### Task to carry out:
After locating the line that contains "face CYL(AX(P(-50,25.5,-6.25),D(1,0,0),D(0,0,-1)),1.1) rev" in the records below, write out exactly that line and each line after it through the one that contains "# FreeCAD 1.0 macro for this part", and nothing else.
──────── Input for this task ────────
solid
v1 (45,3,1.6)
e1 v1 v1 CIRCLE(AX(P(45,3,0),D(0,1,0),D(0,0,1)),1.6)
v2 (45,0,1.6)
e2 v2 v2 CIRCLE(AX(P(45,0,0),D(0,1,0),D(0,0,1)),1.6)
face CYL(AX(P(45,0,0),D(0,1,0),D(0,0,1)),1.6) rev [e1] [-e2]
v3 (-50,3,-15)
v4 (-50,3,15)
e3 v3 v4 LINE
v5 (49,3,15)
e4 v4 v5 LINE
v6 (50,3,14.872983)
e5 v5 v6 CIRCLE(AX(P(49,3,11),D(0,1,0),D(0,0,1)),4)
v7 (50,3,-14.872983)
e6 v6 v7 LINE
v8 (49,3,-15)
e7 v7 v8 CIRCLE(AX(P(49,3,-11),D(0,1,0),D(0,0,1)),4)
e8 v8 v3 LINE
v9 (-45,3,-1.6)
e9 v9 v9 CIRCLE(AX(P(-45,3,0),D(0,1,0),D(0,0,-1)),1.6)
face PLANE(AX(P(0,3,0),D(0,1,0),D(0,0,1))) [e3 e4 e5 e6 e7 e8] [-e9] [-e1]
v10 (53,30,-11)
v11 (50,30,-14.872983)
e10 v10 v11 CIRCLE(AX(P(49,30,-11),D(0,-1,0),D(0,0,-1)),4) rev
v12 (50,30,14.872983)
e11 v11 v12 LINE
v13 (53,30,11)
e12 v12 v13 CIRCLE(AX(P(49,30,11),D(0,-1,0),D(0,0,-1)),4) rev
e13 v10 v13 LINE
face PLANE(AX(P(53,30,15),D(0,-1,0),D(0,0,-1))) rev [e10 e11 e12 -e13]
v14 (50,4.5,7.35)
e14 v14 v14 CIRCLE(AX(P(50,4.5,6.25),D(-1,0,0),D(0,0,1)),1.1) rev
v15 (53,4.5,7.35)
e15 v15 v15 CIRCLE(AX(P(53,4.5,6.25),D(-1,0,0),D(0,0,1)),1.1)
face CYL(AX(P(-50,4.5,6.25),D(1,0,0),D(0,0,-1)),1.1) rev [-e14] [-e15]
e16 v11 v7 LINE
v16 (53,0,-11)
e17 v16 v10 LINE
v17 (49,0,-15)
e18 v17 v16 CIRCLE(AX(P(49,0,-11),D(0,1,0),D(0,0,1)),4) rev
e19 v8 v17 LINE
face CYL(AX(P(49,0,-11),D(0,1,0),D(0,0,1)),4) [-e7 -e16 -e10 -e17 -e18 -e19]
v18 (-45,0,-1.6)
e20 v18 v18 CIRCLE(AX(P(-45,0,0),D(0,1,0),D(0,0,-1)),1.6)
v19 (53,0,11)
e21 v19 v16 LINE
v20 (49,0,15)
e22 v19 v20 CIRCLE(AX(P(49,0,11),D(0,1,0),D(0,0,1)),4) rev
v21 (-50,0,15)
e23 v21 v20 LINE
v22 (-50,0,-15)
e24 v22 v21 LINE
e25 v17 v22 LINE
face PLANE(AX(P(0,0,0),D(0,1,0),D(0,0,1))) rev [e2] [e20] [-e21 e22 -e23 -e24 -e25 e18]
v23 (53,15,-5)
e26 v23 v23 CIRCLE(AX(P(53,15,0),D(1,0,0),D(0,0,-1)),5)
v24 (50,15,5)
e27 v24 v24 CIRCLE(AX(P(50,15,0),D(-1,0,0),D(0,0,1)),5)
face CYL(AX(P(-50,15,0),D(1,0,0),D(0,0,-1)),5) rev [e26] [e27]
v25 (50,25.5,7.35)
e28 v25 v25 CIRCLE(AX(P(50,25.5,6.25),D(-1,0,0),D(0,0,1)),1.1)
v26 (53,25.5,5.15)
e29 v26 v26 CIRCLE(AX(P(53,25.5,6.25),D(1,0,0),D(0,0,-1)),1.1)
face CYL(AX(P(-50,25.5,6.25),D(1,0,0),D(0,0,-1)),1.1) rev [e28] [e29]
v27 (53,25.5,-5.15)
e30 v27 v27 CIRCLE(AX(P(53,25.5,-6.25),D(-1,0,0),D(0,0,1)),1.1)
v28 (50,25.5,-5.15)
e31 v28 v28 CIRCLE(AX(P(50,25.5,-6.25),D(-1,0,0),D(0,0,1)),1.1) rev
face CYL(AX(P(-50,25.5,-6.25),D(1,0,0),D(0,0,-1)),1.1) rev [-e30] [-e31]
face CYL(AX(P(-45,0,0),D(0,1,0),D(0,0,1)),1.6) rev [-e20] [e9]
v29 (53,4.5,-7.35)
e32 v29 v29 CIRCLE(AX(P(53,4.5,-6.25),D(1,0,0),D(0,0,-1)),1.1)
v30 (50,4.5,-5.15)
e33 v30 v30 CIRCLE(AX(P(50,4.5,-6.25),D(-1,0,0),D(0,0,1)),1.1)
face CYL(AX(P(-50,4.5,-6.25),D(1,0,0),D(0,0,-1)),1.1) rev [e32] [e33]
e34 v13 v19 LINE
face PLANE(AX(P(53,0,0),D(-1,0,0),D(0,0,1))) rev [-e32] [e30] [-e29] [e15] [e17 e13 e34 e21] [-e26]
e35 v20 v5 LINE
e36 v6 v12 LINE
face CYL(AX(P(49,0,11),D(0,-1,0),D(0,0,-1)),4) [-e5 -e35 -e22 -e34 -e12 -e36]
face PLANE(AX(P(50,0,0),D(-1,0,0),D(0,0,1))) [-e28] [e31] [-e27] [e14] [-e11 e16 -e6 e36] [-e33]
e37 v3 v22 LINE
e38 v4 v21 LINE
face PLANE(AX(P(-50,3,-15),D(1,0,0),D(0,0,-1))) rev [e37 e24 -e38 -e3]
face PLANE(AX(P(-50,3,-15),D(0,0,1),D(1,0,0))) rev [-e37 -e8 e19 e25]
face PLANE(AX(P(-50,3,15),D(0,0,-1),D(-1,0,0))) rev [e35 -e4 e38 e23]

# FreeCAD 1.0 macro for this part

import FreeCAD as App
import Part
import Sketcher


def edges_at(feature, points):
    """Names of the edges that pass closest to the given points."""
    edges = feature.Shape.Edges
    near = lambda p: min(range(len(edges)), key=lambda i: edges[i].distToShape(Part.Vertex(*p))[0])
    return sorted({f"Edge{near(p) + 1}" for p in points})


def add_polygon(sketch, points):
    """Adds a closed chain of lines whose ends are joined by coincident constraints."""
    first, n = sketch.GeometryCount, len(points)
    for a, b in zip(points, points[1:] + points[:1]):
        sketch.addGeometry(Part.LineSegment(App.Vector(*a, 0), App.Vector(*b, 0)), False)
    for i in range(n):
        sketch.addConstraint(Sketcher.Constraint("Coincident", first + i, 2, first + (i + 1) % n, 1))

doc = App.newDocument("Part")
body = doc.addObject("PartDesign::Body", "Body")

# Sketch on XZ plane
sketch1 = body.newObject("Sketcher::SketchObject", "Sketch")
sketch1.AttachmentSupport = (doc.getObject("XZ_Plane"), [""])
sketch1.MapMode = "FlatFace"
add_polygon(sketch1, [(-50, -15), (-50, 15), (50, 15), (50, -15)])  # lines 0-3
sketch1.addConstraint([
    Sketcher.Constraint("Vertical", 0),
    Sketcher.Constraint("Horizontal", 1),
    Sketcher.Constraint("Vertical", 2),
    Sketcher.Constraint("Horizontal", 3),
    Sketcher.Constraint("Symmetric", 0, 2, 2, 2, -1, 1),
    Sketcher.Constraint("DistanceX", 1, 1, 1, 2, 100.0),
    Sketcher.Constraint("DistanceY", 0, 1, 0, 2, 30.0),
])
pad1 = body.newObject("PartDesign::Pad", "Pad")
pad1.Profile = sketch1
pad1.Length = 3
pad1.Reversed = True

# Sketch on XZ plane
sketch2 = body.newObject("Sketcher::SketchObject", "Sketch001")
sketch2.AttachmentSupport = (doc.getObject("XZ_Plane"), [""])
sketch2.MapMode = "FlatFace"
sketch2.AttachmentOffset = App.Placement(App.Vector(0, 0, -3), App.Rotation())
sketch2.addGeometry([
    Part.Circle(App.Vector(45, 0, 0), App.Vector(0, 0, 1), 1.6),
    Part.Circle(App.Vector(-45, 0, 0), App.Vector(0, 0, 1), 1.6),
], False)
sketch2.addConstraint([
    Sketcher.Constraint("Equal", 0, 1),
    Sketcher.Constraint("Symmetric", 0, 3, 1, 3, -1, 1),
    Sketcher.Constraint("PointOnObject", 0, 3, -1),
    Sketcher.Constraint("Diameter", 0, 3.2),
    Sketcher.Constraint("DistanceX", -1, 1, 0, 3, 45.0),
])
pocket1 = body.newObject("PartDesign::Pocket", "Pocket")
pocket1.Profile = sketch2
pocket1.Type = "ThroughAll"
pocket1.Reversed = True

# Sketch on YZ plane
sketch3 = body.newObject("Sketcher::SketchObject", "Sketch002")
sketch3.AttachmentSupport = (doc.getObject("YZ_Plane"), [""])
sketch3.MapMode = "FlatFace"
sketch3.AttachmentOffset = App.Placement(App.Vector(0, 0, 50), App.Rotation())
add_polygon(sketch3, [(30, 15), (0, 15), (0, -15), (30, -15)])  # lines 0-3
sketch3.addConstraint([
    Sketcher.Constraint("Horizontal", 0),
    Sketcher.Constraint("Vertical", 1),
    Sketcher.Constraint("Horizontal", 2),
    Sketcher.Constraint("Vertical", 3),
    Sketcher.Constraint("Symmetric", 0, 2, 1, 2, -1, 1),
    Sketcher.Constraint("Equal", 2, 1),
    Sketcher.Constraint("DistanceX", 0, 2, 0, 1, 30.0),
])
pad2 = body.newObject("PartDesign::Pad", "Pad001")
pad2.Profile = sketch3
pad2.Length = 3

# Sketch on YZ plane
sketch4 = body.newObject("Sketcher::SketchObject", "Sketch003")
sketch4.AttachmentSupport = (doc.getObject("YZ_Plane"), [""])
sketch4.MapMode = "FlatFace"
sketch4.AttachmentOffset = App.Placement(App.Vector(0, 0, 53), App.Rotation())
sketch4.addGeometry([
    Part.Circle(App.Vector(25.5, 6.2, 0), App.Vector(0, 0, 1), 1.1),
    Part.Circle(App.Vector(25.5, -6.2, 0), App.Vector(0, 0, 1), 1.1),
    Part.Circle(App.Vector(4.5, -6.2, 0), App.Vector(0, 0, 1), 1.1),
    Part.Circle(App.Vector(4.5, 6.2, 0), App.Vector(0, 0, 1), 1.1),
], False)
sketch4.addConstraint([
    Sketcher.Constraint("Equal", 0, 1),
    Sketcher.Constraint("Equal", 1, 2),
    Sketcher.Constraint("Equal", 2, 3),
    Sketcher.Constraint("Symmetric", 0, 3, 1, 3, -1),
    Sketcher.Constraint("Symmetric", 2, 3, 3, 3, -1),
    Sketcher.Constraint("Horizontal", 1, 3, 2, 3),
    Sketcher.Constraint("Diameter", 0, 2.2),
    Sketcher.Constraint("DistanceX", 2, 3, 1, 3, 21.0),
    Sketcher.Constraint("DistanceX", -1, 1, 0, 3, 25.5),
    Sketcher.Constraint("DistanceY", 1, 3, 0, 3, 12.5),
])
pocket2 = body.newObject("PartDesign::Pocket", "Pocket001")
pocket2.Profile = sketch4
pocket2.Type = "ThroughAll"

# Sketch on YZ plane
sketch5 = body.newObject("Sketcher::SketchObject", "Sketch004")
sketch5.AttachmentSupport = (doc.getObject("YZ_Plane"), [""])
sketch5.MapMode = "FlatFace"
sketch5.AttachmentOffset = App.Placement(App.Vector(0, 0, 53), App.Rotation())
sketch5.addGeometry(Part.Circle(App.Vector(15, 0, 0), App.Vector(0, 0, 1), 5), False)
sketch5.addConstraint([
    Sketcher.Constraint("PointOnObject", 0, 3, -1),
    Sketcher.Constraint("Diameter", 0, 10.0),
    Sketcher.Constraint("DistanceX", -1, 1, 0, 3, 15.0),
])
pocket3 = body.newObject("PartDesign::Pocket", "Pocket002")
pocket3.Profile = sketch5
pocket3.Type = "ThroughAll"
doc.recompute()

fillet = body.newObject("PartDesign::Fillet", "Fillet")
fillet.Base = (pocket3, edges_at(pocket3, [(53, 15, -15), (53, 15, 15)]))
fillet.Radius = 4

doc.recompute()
────────
### Task solution:
face CYL(AX(P(-50,25.5,-6.25),D(1,0,0),D(0,0,-1)),1.1) rev [-e30] [-e31]
face CYL(AX(P(-45,0,0),D(0,1,0),D(0,0,1)),1.6) rev [-e20] [e9]
v29 (53,4.5,-7.35)
e32 v29 v29 CIRCLE(AX(P(53,4.5,-6.25),D(1,0,0),D(0,0,-1)),1.1)
v30 (50,4.5,-5.15)
e33 v30 v30 CIRCLE(AX(P(50,4.5,-6.25),D(-1,0,0),D(0,0,1)),1.1)
face CYL(AX(P(-50,4.5,-6.25),D(1,0,0),D(0,0,-1)),1.1) rev [e32] [e33]
e34 v13 v19 LINE
face PLANE(AX(P(53,0,0),D(-1,0,0),D(0,0,1))) rev [-e32] [e30] [-e29] [e15] [e17 e13 e34 e21] [-e26]
e35 v20 v5 LINE
e36 v6 v12 LINE
face CYL(AX(P(49,0,11),D(0,-1,0),D(0,0,-1)),4) [-e5 -e35 -e22 -e34 -e12 -e36]
face PLANE(AX(P(50,0,0),D(-1,0,0),D(0,0,1))) [-e28] [e31] [-e27] [e14] [-e11 e16 -e6 e36] [-e33]
e37 v3 v22 LINE
e38 v4 v21 LINE
face PLANE(AX(P(-50,3,-15),D(1,0,0),D(0,0,-1))) rev [e37 e24 -e38 -e3]
face PLANE(AX(P(-50,3,-15),D(0,0,1),D(1,0,0))) rev [-e37 -e8 e19 e25]
face PLANE(AX(P(-50,3,15),D(0,0,-1),D(-1,0,0))) rev [e35 -e4 e38 e23]

# FreeCAD 1.0 macro for this part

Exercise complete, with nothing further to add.